# Work instructions
Below are entries. Reproduce exactly the lines between the line holding "FILE_NAME('','',(''),(''),'','','');" and the line holding "#8=(LENGTH_UNIT()NAMED_UNIT(*)SI_UNIT(.MILLI.,.METRE.));", inclusive, and only those.
- - - -
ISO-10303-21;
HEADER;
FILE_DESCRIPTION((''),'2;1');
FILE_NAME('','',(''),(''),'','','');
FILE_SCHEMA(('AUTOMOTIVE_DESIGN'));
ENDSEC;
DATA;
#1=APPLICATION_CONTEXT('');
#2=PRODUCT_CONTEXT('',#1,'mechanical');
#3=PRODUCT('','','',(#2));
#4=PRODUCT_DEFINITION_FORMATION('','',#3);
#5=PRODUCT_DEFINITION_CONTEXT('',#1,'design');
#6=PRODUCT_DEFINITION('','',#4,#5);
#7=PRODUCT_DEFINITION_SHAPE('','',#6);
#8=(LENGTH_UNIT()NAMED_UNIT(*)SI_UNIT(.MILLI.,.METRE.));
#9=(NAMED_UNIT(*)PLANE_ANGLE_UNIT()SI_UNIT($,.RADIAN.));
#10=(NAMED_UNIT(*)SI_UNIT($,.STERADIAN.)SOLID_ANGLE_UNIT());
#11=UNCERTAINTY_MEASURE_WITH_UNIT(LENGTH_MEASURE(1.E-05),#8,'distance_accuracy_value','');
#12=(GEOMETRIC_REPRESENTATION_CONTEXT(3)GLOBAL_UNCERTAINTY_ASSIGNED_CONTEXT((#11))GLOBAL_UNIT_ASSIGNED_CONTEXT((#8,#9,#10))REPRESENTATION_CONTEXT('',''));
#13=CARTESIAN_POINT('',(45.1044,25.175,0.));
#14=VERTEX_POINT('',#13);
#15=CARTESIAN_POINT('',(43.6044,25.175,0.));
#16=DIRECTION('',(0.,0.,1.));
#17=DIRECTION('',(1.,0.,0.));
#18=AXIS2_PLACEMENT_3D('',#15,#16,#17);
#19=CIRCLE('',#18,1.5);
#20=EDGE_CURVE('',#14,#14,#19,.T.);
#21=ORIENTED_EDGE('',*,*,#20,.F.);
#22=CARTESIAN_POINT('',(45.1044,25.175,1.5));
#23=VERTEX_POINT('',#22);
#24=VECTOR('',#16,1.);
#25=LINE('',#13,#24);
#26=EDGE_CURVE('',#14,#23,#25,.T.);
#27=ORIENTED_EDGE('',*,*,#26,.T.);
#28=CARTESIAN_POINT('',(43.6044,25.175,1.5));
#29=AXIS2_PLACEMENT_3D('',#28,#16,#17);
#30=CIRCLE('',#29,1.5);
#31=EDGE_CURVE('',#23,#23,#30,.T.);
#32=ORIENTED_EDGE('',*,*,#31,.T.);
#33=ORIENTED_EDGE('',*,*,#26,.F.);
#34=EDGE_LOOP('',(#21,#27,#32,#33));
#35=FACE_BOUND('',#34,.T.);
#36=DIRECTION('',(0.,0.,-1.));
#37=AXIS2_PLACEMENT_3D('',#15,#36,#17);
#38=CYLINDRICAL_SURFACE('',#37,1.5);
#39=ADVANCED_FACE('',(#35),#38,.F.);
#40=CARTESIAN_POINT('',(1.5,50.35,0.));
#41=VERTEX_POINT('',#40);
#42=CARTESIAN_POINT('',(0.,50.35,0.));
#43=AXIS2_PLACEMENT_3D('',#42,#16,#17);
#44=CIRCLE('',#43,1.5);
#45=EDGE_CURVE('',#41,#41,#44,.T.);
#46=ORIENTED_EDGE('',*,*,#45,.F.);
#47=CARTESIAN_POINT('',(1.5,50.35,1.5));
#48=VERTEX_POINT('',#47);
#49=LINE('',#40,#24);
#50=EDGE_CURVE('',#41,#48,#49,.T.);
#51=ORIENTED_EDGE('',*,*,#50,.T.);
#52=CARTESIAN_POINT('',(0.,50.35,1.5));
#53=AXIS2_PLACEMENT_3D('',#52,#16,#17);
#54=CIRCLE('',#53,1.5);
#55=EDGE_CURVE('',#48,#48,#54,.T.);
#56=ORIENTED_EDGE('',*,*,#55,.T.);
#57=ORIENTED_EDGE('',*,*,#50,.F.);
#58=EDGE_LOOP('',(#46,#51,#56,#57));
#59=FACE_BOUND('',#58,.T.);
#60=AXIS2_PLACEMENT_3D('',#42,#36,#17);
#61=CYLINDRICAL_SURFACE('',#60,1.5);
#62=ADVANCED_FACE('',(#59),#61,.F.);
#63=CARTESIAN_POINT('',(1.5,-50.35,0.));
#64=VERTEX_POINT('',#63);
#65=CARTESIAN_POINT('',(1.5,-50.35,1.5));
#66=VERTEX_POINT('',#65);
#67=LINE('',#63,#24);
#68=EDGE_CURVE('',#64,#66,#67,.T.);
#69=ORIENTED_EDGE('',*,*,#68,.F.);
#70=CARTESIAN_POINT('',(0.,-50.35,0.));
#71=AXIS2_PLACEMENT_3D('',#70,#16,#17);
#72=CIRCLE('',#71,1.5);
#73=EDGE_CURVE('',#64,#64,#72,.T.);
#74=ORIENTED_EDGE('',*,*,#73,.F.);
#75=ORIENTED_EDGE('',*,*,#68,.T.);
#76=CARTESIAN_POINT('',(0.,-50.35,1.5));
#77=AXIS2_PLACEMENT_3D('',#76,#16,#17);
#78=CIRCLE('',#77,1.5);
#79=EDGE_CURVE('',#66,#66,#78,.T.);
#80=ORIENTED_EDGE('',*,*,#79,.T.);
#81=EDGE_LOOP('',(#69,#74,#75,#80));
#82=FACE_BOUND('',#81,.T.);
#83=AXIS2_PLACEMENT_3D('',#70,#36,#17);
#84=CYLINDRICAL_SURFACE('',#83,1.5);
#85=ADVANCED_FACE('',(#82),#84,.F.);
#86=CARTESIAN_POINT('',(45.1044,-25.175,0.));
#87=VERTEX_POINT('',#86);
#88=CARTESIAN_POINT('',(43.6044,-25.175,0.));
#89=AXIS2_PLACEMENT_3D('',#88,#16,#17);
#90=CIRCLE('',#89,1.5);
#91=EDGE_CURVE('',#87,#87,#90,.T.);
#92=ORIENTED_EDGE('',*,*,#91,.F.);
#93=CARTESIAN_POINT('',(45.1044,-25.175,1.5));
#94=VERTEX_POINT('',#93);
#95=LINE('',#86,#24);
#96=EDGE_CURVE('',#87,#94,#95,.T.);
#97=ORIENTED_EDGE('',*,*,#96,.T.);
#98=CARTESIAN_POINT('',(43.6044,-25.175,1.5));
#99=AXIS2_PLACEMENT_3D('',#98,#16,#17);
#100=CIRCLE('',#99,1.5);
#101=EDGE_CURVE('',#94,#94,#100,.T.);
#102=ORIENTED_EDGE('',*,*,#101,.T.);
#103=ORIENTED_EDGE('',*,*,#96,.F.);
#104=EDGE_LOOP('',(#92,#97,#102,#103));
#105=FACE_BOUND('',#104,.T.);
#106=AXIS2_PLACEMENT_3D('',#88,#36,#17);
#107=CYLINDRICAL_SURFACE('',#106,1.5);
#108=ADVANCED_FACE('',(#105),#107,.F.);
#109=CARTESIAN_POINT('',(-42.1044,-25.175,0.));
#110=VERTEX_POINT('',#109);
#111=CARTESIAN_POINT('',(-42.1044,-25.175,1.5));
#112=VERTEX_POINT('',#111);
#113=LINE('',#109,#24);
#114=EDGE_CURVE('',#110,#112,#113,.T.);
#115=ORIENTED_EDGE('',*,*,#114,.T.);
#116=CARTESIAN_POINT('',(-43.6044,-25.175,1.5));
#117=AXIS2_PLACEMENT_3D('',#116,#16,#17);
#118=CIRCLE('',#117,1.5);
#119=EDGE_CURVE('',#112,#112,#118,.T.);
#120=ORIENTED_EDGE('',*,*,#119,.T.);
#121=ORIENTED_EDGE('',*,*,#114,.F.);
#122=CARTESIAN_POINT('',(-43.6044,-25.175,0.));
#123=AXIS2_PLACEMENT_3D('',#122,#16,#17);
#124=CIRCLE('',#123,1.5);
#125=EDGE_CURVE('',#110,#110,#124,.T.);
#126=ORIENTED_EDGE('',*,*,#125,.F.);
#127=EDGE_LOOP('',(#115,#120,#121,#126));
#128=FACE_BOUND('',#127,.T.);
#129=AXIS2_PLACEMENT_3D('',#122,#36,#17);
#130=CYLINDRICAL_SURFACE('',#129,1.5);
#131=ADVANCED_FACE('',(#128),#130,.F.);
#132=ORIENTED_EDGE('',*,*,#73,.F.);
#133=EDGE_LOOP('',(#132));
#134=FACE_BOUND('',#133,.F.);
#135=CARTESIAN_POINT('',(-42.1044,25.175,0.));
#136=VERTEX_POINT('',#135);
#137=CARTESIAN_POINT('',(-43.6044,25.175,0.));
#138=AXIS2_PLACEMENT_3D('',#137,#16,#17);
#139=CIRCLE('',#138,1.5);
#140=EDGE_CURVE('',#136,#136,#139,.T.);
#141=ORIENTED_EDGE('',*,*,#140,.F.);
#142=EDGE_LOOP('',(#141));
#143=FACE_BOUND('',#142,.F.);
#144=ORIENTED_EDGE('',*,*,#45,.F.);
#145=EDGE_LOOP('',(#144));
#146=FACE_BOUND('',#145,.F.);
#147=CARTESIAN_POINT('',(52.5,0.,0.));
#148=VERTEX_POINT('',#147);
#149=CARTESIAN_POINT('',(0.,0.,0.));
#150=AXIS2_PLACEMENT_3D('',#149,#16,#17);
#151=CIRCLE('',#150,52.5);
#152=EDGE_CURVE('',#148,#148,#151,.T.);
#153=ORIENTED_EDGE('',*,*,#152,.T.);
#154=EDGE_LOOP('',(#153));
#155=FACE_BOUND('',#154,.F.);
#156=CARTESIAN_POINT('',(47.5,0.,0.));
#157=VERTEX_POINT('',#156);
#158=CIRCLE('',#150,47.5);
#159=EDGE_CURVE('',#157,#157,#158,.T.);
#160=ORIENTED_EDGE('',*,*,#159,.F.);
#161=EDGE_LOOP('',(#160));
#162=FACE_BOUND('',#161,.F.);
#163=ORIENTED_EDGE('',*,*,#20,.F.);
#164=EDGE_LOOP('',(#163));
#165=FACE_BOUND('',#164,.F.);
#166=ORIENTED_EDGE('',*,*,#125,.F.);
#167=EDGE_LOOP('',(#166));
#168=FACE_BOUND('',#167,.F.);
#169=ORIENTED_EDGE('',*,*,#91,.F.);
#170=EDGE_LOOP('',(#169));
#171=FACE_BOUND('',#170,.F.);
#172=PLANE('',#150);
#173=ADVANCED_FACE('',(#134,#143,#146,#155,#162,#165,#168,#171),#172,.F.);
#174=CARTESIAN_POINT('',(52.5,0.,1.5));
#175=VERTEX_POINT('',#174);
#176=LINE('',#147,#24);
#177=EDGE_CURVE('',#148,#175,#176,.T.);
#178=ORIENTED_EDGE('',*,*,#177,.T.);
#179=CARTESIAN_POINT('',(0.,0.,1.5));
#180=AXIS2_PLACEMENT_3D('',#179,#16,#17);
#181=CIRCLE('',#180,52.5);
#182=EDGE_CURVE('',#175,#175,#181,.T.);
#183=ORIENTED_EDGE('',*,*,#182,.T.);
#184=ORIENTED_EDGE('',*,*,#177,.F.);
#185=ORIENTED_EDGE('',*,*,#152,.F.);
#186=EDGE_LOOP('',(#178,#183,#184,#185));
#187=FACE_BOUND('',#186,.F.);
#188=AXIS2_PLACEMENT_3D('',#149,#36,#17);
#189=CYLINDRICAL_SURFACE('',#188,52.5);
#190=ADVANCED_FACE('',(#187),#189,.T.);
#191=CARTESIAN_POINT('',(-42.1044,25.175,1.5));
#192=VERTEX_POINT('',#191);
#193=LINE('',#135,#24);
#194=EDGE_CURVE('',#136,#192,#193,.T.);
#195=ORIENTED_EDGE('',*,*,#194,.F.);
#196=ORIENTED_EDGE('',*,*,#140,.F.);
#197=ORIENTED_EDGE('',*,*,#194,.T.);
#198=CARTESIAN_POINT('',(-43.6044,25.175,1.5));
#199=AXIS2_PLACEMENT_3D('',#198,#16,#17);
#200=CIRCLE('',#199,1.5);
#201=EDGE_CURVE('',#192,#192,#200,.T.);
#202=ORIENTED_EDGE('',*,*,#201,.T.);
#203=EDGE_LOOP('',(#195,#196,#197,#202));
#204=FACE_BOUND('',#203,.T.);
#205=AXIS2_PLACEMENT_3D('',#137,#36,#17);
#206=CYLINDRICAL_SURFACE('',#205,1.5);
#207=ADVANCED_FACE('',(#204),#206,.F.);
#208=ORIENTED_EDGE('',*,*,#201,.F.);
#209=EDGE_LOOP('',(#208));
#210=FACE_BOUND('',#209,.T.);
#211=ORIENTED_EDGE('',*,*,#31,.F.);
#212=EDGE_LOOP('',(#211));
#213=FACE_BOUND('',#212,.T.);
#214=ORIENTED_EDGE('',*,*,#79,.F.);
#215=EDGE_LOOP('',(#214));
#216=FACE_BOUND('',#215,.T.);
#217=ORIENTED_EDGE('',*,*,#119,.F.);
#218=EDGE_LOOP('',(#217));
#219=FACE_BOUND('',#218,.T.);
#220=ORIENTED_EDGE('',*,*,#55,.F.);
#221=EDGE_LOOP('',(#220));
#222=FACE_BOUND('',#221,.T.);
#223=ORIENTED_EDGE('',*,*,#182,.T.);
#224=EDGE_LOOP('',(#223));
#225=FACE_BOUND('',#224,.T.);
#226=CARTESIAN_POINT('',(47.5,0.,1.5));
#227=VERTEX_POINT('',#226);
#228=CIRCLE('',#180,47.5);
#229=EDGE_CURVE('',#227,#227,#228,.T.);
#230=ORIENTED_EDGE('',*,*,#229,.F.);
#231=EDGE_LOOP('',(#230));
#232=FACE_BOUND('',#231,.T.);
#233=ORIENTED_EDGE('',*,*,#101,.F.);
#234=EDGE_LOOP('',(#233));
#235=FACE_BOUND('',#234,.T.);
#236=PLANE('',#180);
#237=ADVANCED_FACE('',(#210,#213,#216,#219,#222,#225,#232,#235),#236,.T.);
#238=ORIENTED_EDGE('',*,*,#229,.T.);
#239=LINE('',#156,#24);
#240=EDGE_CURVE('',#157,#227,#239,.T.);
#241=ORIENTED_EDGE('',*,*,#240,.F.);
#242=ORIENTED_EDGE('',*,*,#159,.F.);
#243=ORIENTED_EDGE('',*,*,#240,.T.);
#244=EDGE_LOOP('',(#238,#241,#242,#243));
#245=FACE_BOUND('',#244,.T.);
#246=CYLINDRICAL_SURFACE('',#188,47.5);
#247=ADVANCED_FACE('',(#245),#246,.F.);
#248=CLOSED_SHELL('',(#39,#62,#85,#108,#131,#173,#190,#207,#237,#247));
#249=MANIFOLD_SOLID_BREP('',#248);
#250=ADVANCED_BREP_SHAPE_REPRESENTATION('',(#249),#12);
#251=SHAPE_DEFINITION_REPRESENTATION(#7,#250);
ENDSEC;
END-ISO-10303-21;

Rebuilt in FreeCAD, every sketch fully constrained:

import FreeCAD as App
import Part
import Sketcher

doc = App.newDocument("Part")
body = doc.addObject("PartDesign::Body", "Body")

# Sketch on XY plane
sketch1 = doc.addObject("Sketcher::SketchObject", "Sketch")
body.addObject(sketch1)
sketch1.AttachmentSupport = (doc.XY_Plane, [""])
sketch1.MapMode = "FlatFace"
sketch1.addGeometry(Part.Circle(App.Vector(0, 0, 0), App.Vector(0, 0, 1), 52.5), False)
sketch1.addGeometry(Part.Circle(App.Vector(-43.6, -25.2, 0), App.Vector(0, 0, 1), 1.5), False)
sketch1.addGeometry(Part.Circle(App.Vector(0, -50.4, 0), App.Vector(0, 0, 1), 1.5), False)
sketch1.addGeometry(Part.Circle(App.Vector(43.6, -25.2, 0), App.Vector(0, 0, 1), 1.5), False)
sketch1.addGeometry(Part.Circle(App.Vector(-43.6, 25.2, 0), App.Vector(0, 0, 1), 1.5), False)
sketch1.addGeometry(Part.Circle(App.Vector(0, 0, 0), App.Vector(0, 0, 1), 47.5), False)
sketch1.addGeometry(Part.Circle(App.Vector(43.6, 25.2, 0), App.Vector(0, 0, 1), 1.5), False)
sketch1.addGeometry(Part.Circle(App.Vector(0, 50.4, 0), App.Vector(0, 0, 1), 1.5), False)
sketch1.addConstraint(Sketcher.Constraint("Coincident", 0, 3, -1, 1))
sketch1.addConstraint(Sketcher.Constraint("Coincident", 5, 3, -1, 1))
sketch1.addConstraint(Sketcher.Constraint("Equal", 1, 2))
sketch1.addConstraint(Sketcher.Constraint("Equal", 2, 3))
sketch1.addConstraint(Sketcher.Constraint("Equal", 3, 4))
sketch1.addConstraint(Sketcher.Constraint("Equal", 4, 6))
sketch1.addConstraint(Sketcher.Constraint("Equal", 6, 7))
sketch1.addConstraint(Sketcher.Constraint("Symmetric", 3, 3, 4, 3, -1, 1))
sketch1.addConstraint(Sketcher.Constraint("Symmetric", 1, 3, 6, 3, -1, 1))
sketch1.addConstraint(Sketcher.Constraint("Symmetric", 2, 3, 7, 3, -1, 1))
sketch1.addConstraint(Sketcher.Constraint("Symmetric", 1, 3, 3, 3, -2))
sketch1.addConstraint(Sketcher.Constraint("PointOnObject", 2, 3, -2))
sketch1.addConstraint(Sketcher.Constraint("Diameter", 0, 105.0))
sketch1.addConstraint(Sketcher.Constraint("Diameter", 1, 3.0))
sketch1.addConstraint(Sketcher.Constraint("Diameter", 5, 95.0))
- - - -
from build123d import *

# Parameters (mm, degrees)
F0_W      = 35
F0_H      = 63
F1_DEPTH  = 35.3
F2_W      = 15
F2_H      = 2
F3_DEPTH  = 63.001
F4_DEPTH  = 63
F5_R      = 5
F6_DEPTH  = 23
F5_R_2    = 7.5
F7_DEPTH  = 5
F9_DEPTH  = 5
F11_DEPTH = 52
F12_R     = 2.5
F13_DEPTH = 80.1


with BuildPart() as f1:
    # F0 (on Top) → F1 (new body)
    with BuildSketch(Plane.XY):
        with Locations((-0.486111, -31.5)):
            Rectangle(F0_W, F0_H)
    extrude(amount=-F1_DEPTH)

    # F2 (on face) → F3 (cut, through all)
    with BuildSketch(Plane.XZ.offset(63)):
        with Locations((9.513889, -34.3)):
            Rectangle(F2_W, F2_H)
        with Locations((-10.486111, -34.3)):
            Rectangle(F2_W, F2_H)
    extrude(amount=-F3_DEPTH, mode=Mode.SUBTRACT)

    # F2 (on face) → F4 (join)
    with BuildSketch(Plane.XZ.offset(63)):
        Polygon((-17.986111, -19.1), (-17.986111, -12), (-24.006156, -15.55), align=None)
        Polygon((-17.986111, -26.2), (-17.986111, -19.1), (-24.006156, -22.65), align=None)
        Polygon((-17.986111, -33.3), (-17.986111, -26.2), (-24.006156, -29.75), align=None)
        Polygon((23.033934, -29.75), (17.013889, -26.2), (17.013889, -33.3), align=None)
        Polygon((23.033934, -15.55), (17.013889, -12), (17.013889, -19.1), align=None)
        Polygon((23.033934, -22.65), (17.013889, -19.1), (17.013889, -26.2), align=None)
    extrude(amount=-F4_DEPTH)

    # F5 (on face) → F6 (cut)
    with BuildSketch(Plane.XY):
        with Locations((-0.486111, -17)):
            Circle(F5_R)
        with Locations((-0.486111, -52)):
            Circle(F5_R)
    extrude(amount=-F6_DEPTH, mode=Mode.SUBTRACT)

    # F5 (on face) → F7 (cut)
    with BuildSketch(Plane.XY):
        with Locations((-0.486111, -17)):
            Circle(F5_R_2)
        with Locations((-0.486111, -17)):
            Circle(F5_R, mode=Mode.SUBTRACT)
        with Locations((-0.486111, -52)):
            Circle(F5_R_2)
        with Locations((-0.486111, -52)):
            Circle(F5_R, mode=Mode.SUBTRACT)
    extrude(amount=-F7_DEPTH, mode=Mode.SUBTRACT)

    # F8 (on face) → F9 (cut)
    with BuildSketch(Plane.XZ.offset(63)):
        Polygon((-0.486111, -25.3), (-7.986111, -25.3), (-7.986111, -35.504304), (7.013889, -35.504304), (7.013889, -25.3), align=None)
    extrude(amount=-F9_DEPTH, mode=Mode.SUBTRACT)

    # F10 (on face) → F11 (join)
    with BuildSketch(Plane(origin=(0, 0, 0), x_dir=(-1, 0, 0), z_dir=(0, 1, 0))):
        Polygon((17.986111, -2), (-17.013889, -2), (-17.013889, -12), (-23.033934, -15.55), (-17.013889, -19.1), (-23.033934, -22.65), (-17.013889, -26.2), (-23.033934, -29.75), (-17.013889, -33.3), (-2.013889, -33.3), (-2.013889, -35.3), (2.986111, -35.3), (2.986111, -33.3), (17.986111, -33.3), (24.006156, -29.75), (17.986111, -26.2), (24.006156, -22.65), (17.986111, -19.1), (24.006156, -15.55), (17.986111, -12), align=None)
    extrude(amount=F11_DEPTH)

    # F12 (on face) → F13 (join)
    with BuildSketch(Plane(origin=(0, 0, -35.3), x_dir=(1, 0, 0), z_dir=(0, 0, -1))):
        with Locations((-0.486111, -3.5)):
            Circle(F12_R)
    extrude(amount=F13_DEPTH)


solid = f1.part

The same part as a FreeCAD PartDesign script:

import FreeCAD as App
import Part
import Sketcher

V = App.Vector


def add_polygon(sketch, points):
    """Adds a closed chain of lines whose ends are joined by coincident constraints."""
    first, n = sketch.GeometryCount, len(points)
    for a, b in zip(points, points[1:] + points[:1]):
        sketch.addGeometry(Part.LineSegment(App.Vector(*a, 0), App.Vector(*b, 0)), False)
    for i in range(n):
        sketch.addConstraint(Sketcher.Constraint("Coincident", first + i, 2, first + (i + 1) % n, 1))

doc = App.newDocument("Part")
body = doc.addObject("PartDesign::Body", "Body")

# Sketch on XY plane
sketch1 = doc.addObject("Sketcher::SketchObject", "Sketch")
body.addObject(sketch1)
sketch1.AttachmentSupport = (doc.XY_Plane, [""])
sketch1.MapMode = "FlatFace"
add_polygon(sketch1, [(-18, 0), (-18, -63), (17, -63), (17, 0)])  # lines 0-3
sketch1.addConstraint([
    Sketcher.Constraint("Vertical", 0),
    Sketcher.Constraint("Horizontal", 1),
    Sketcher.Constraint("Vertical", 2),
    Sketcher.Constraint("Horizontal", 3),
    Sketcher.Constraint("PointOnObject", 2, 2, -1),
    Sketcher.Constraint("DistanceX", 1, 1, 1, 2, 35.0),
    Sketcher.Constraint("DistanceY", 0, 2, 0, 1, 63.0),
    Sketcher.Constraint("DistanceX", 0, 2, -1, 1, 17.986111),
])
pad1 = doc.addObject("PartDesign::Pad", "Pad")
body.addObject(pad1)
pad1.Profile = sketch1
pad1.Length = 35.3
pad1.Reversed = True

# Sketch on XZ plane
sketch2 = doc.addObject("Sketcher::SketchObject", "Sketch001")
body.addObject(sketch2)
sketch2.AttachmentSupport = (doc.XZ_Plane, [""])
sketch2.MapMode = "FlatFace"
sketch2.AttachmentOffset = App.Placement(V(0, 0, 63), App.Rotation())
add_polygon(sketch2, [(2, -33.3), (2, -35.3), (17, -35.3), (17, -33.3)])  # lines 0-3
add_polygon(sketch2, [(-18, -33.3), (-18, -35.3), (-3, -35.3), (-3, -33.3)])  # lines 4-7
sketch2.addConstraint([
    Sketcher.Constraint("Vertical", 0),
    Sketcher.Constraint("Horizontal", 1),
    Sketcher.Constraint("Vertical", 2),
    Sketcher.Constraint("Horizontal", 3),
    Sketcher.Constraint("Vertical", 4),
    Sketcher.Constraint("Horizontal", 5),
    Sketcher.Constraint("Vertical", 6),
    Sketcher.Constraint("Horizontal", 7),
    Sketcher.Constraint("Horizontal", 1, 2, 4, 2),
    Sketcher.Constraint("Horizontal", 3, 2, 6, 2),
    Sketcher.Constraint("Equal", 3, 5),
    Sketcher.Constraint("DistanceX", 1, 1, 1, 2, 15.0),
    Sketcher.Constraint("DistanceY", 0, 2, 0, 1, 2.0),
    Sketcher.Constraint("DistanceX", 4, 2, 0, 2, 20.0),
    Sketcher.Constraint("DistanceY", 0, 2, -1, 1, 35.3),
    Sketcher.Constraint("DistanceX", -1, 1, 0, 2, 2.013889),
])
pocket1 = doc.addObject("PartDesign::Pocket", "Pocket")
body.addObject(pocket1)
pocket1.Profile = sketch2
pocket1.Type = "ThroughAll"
- - - -
# Your solution
FILE_NAME('','',(''),(''),'','','');
FILE_SCHEMA(('AUTOMOTIVE_DESIGN'));
ENDSEC;
DATA;
#1=APPLICATION_CONTEXT('');
#2=PRODUCT_CONTEXT('',#1,'mechanical');
#3=PRODUCT('','','',(#2));
#4=PRODUCT_DEFINITION_FORMATION('','',#3);
#5=PRODUCT_DEFINITION_CONTEXT('',#1,'design');
#6=PRODUCT_DEFINITION('','',#4,#5);
#7=PRODUCT_DEFINITION_SHAPE('','',#6);
#8=(LENGTH_UNIT()NAMED_UNIT(*)SI_UNIT(.MILLI.,.METRE.));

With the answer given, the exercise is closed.